Except for the direct effect of insulin resistance, there might be some other explanations for the association of TyG index and stroke recurrence in nondiabetic patients with SVO. First, TyG index has been related to hypertension, and hypertension was reported to double the risk of recurrent stroke in patients with lacunar stroke [31]. Second, insulin resistance is a key pathological process during the development of CSVD [24, 32]. Predictably, TyG index has been proved to be positively associated with a higher prevalence and burden of CSVD [9, 33,34,35,36], which was reported to predict a recurrent ischemic stroke or intracerebral hemorrhage in numerous studies [1, 37,38,39,40,41]. CSVD could make a contribution to the mechanism of increasing ischemic stroke recurrence by a higher TyG index. Third, insulin resistance is an independent predictor for development of antiplatelet drug resistance which leads to the failure of secondary stroke prevention in a large proportion of stroke patients [7, 23]. Finally, TyG index is related to other vascular risk factors such as unstable carotid plaques which might also lead to recurrent ischemic stroke [10,11,12,13].

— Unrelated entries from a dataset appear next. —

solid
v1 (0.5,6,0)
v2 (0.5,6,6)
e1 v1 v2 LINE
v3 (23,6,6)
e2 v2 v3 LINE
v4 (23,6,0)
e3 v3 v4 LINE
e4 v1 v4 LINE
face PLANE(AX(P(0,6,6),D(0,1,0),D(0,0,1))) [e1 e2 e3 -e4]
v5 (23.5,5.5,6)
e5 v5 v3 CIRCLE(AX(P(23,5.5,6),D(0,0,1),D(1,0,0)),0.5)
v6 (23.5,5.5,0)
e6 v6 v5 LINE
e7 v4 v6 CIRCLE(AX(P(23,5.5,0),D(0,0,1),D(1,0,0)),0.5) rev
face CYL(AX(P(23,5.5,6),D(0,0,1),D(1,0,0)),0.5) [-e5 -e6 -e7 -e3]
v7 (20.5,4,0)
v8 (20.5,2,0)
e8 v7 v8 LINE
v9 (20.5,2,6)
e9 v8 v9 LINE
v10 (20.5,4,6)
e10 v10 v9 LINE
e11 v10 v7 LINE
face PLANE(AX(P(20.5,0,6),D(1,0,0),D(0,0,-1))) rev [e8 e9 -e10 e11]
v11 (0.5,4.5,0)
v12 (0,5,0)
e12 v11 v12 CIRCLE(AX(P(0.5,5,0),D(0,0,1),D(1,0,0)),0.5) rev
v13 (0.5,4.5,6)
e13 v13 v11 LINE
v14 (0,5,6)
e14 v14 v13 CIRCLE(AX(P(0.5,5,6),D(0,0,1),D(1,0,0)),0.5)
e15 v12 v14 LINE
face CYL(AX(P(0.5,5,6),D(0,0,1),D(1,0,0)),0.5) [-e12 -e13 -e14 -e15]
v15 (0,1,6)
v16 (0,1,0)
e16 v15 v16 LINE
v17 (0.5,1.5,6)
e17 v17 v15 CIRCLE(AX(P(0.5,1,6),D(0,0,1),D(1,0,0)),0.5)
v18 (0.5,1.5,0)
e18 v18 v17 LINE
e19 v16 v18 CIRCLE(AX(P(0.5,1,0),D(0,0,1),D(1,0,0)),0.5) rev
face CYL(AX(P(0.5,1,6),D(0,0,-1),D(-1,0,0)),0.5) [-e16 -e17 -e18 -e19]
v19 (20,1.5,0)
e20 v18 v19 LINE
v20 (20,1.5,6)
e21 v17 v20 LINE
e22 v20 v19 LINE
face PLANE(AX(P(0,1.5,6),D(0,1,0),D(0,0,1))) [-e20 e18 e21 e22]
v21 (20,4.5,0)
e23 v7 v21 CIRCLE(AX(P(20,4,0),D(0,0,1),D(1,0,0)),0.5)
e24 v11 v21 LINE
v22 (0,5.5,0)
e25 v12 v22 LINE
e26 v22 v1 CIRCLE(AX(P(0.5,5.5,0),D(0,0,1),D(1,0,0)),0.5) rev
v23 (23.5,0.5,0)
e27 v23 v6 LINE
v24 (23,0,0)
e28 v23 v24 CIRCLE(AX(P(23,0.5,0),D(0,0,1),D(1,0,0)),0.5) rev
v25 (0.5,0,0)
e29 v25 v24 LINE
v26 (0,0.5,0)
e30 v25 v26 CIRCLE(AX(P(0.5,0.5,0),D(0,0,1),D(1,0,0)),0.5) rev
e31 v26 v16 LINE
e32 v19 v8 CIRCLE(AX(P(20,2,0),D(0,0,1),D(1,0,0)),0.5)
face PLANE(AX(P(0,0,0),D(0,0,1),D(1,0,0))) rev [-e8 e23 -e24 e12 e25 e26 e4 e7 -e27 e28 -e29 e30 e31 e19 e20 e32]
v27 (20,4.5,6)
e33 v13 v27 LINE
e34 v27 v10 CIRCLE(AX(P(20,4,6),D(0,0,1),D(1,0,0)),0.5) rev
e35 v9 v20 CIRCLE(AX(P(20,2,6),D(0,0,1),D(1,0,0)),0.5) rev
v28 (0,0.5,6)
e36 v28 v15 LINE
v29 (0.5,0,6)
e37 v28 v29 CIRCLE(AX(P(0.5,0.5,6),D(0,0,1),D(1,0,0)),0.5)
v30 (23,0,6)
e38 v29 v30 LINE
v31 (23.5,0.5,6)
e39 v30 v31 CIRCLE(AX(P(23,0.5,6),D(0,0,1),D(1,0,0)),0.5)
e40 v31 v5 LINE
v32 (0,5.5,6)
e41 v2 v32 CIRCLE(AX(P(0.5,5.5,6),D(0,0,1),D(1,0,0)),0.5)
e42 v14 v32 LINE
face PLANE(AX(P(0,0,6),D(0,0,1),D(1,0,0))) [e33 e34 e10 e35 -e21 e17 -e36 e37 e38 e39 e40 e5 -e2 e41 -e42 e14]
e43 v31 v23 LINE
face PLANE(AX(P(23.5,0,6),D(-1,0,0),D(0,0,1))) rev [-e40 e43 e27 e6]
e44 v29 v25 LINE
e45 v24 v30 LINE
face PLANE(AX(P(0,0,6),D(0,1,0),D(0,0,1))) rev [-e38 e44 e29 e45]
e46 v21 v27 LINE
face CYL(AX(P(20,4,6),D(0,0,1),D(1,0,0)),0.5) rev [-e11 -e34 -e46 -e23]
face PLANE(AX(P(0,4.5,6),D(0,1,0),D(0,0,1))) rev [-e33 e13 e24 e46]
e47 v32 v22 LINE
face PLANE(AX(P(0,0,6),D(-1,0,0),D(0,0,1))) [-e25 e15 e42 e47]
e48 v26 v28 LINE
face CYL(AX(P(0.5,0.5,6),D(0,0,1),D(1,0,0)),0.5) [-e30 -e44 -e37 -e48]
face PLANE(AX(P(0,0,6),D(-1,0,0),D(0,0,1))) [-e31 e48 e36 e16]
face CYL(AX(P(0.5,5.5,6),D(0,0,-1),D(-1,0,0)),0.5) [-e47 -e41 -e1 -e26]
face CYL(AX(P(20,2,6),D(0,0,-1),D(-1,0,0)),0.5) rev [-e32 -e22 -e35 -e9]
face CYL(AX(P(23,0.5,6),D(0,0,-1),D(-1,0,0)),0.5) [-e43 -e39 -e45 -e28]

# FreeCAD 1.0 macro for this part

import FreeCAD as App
import Part
import Sketcher
from FreeCAD import Vector
Q = App.Units.Quantity


def edges_at(feature, points):
    """Names of the edges that pass closest to the given points."""
    edges = feature.Shape.Edges
    near = lambda p: min(range(len(edges)), key=lambda i: edges[i].distToShape(Part.Vertex(*p))[0])
    return sorted({f"Edge{near(p) + 1}" for p in points})

doc = App.newDocument("Part")
params = doc.addObject("Spreadsheet::Sheet", "Params")
for row, (alias, value) in enumerate([
    ("sketch1_height", "6 mm"),
    ("sketch1_height2", "3 mm"),
    ("sketch1_width", "23.5 mm"),
    ("sketch1_width2", "20.5 mm"),
    ("pad1_length", "6 mm"),
    ("fillet_radius", "0.5 mm"),
], start=1):
    params.set(f"A{row}", alias)
    params.set(f"B{row}", "=" + value)
    params.setAlias(f"B{row}", alias)

body = doc.addObject("PartDesign::Body", "Body")

# Sketch on XY plane
sketch1 = body.newObject("Sketcher::SketchObject", "Sketch")
sketch1.AttachmentSupport = (doc.getObject("XY_Plane"), [""])
sketch1.MapMode = "FlatFace"
sketch1.addGeometry(Part.LineSegment(Vector(0, 1.5, 0), Vector(0, 0, 0)), False)
sketch1.addGeometry(Part.LineSegment(Vector(0, 0, 0), Vector(23.5, 0, 0)), False)
sketch1.addGeometry(Part.LineSegment(Vector(23.5, 0, 0), Vector(23.5, 6, 0)), False)
sketch1.addGeometry(Part.LineSegment(Vector(23.5, 6, 0), Vector(0, 6, 0)), False)
sketch1.addGeometry(Part.LineSegment(Vector(0, 6, 0), Vector(0, 4.5, 0)), False)
sketch1.addGeometry(Part.LineSegment(Vector(0, 4.5, 0), Vector(20.5, 4.5, 0)), False)
sketch1.addGeometry(Part.LineSegment(Vector(20.5, 4.5, 0), Vector(20.5, 1.5, 0)), False)
sketch1.addGeometry(Part.LineSegment(Vector(20.5, 1.5, 0), Vector(0, 1.5, 0)), False)
sketch1.addConstraint(Sketcher.Constraint("Coincident", 0, 2, 1, 1))
sketch1.addConstraint(Sketcher.Constraint("Coincident", 1, 2, 2, 1))
sketch1.addConstraint(Sketcher.Constraint("Coincident", 2, 2, 3, 1))
sketch1.addConstraint(Sketcher.Constraint("Coincident", 3, 2, 4, 1))
sketch1.addConstraint(Sketcher.Constraint("Coincident", 4, 2, 5, 1))
sketch1.addConstraint(Sketcher.Constraint("Coincident", 5, 2, 6, 1))
sketch1.addConstraint(Sketcher.Constraint("Coincident", 6, 2, 7, 1))
sketch1.addConstraint(Sketcher.Constraint("Coincident", 7, 2, 0, 1))
sketch1.addConstraint(Sketcher.Constraint("Vertical", 0))
sketch1.addConstraint(Sketcher.Constraint("Horizontal", 1))
sketch1.addConstraint(Sketcher.Constraint("Vertical", 2))
sketch1.addConstraint(Sketcher.Constraint("Horizontal", 3))
sketch1.addConstraint(Sketcher.Constraint("Vertical", 4))
sketch1.addConstraint(Sketcher.Constraint("Horizontal", 5))
sketch1.addConstraint(Sketcher.Constraint("Vertical", 6))
sketch1.addConstraint(Sketcher.Constraint("Horizontal", 7))
sketch1.addConstraint(Sketcher.Constraint("Coincident", 0, 2, -1, 1))
sketch1.addConstraint(Sketcher.Constraint("PointOnObject", 3, 2, -2))
sketch1.addConstraint(Sketcher.Constraint("Equal", 0, 4))
sketch1.addConstraint(Sketcher.Constraint("DistanceY", 2, 1, 2, 2, Q("6 mm")))
sketch1.addConstraint(Sketcher.Constraint("DistanceY", 6, 2, 6, 1, Q("3 mm")))
sketch1.addConstraint(Sketcher.Constraint("DistanceX", 1, 1, 1, 2, Q("23.5 mm")))
sketch1.addConstraint(Sketcher.Constraint("DistanceX", 5, 1, 5, 2, Q("20.5 mm")))
sketch1.setExpression("Constraints[19]", "Params.sketch1_height")
sketch1.setExpression("Constraints[20]", "Params.sketch1_height2")
sketch1.setExpression("Constraints[21]", "Params.sketch1_width")
sketch1.setExpression("Constraints[22]", "Params.sketch1_width2")
pad1 = body.newObject("PartDesign::Pad", "Pad")
pad1.Profile = sketch1
pad1.setExpression("Length", "Params.pad1_length")
doc.recompute()

fillet = body.newObject("PartDesign::Fillet", "Fillet")
fillet.Base = (pad1, edges_at(pad1, [
    (0, 4.5, 3),
    (0, 6, 3),
    (23.5, 6, 3),
    (23.5, 0, 3),
    (0, 0, 3),
    (0, 1.5, 3),
    (20.5, 1.5, 3),
    (20.5, 4.5, 3),
]))
fillet.setExpression("Radius", "Params.fillet_radius")

doc.recompute()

Our study has several limitations. First, first and recurrent ischemic strokes were strictly defined according to the MRI findings. This would cause potential underestimate of stroke occurrence and recurrence, since there might be a small proportion of DWI-negative strokes and TIA. However, we performed MRI on all patients with suspected stroke to determine stroke mechanism and stroke recurrence. Because, some stroke symptoms like isolated vertigo are difficult to be distinguished from other benign diseases. MRI is indispensable under this circumstance. Moreover, infarcts sometimes occur at the same or adjacent sites with the first strokes, especially when the recurrent stroke mechanism is the same with the first one [42]. In this case, the recurrent infarcts need to be verified by DWI. Second, the annual risk of developing diabetes type 2 in people with normal glucose level is 0.7%, whereas patients with prediabetes have a yearly risk of up to 10% [43]. During the 1 year follow-up, there should be a few patients newly diagnosed as diabetes, which might cause some bias to the relationship between the TyG index and stroke recurrence in nondiabetic patients, however, we did not exclude this part of patients in the present study. Lastly, the determination of SVO as the stroke mechanism has always been ambiguous ever since the TOAST classification system was established, there were probably some patients with other mechanisms misdiagnosed as SVO, and vice versa.

Conclusions

In summary, our study found that the TyG index was positively and independently associated with recurrent ischemic stroke in nondiabetic patients with SVO. This finding indicates that the TyG index could be a useful biomarker in early recognition of patients at a high risk of ischemic stroke recurrence, and more attention should be paid in the secondary stroke prevention in these patients.